(Problem)
Go to the line holding "#196=EDGE_LOOP('',(#190,#191,#194,#195));" in the entries below and write out exactly every line down to and including the line holding "#209=EDGE_LOOP('',(#203,#204,#207,#208));".

[Start of Attachment]

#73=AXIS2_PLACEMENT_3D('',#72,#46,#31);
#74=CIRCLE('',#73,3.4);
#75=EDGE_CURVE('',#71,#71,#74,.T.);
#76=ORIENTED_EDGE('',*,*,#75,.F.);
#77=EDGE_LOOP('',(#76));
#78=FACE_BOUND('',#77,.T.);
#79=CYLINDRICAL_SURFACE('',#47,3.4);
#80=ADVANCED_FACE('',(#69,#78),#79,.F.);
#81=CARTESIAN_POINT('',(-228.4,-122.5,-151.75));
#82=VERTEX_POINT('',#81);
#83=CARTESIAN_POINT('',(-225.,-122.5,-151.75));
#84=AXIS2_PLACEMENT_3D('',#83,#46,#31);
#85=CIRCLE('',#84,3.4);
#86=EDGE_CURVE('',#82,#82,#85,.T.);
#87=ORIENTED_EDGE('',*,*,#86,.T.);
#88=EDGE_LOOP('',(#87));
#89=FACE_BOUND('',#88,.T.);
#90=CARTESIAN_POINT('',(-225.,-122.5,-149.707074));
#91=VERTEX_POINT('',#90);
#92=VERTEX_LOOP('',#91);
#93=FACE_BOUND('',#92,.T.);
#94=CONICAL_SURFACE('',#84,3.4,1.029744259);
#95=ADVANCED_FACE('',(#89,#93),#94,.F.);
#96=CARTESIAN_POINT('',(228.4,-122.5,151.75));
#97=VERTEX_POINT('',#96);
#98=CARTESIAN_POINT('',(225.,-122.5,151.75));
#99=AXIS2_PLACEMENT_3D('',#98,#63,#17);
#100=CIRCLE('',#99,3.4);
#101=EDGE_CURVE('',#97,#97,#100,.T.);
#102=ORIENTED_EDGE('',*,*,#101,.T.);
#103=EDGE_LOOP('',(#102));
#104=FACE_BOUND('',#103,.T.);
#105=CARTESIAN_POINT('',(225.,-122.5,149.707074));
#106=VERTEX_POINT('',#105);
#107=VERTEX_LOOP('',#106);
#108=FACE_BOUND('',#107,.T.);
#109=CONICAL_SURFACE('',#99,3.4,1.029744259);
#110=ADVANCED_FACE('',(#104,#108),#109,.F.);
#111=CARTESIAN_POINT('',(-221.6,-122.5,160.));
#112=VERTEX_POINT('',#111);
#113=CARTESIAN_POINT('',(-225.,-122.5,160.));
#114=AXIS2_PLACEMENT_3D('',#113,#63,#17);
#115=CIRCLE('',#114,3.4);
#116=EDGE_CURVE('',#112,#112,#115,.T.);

[End of Attachment]
[Start of Attachment]

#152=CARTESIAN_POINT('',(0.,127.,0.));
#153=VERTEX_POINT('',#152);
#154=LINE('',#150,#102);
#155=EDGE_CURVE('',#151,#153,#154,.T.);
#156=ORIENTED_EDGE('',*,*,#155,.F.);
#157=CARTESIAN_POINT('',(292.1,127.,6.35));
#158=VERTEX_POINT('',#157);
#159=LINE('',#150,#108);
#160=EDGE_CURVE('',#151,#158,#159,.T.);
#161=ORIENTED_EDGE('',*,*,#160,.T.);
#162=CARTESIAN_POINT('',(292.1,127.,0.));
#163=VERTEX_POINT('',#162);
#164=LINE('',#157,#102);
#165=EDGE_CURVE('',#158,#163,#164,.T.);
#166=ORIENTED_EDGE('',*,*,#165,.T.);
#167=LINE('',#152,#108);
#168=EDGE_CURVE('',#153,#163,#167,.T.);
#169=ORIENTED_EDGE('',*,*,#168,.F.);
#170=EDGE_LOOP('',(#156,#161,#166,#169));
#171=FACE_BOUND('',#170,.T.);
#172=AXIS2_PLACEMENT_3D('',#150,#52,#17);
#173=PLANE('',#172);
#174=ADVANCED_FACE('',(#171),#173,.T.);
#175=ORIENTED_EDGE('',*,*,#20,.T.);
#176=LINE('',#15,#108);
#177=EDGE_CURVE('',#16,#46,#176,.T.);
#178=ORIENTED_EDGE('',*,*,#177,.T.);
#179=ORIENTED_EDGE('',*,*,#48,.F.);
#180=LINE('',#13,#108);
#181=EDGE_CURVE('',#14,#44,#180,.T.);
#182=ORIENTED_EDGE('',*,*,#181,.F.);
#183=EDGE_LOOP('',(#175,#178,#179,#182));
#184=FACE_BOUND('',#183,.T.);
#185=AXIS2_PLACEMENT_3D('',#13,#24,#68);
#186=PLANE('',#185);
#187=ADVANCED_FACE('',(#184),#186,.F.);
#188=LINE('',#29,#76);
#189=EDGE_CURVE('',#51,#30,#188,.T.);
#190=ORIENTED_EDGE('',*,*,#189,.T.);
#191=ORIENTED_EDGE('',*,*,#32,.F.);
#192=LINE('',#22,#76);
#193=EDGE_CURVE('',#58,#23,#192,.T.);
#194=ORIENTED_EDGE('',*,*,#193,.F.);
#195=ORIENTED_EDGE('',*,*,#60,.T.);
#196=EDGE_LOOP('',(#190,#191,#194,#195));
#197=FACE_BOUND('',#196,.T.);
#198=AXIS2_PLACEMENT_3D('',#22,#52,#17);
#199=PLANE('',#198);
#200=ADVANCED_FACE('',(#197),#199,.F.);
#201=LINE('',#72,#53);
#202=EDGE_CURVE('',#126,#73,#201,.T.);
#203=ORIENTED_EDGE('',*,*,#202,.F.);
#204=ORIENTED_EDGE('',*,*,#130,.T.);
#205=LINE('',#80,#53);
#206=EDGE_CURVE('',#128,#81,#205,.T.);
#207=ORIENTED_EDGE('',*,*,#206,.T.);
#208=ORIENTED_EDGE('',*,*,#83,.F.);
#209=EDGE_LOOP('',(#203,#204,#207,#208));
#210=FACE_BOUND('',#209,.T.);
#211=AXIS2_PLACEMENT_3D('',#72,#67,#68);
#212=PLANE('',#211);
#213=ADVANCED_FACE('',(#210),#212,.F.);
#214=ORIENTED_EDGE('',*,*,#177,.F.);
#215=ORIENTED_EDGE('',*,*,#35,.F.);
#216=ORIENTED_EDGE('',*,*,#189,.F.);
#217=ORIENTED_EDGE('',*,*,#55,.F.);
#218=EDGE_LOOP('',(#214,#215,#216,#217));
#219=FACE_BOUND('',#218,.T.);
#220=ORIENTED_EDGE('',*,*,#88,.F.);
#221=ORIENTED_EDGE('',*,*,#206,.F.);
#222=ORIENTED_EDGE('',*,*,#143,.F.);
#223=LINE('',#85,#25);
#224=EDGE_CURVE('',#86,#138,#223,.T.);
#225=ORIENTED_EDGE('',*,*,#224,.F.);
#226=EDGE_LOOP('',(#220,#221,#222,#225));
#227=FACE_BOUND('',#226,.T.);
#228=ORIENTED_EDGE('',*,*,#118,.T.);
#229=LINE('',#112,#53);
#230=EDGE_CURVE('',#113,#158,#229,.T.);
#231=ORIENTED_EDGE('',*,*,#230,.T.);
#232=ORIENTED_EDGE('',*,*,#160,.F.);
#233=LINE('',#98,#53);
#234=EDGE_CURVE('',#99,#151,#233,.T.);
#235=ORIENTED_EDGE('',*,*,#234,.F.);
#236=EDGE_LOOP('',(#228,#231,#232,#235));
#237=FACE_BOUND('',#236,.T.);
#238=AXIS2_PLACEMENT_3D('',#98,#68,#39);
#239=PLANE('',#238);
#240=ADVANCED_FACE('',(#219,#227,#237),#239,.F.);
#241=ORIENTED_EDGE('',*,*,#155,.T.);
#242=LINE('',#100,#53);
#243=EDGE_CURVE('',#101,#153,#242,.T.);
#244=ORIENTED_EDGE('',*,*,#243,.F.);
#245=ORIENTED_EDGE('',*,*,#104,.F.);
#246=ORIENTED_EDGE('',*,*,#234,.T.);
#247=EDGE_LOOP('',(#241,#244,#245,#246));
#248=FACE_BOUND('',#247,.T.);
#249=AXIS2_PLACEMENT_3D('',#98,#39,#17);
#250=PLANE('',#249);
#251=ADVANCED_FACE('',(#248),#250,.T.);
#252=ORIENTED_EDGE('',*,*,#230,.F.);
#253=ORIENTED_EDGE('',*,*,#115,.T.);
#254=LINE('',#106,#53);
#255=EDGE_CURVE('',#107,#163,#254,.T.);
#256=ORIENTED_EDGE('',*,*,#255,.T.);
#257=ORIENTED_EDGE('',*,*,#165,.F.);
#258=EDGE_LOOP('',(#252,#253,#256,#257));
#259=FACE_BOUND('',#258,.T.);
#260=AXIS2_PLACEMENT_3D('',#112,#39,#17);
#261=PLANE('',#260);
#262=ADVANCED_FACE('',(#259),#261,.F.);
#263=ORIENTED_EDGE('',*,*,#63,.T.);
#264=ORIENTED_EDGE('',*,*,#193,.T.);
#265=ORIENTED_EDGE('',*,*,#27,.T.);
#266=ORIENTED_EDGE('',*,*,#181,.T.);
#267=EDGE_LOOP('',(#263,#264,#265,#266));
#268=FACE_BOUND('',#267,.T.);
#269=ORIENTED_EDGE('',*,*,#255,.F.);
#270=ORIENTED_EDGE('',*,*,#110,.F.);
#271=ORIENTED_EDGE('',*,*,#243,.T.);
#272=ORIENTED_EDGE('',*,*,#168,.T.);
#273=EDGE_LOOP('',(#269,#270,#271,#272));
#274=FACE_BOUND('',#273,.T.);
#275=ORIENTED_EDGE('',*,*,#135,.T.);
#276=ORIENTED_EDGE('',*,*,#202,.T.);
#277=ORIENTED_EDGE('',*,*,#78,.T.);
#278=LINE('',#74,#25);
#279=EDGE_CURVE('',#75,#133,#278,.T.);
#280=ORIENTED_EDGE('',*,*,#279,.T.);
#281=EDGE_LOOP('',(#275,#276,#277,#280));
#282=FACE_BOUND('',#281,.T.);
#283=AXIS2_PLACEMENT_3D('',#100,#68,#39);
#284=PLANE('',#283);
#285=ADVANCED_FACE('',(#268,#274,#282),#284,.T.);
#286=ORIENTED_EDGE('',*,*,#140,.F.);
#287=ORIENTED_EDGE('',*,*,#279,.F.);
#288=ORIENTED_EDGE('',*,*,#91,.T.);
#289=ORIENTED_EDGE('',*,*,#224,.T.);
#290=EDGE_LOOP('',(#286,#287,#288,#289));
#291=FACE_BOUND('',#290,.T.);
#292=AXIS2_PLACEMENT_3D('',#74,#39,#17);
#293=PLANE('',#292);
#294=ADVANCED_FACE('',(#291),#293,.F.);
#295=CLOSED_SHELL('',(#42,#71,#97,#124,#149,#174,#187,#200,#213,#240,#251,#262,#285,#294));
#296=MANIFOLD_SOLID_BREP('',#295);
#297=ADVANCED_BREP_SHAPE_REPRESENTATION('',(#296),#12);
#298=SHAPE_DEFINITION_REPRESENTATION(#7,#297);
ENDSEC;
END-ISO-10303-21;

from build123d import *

[End of Attachment]

(Response for this exercise)
#196=EDGE_LOOP('',(#190,#191,#194,#195));
#197=FACE_BOUND('',#196,.T.);
#198=AXIS2_PLACEMENT_3D('',#22,#52,#17);
#199=PLANE('',#198);
#200=ADVANCED_FACE('',(#197),#199,.F.);
#201=LINE('',#72,#53);
#202=EDGE_CURVE('',#126,#73,#201,.T.);
#203=ORIENTED_EDGE('',*,*,#202,.F.);
#204=ORIENTED_EDGE('',*,*,#130,.T.);
#205=LINE('',#80,#53);
#206=EDGE_CURVE('',#128,#81,#205,.T.);
#207=ORIENTED_EDGE('',*,*,#206,.T.);
#208=ORIENTED_EDGE('',*,*,#83,.F.);
#209=EDGE_LOOP('',(#203,#204,#207,#208));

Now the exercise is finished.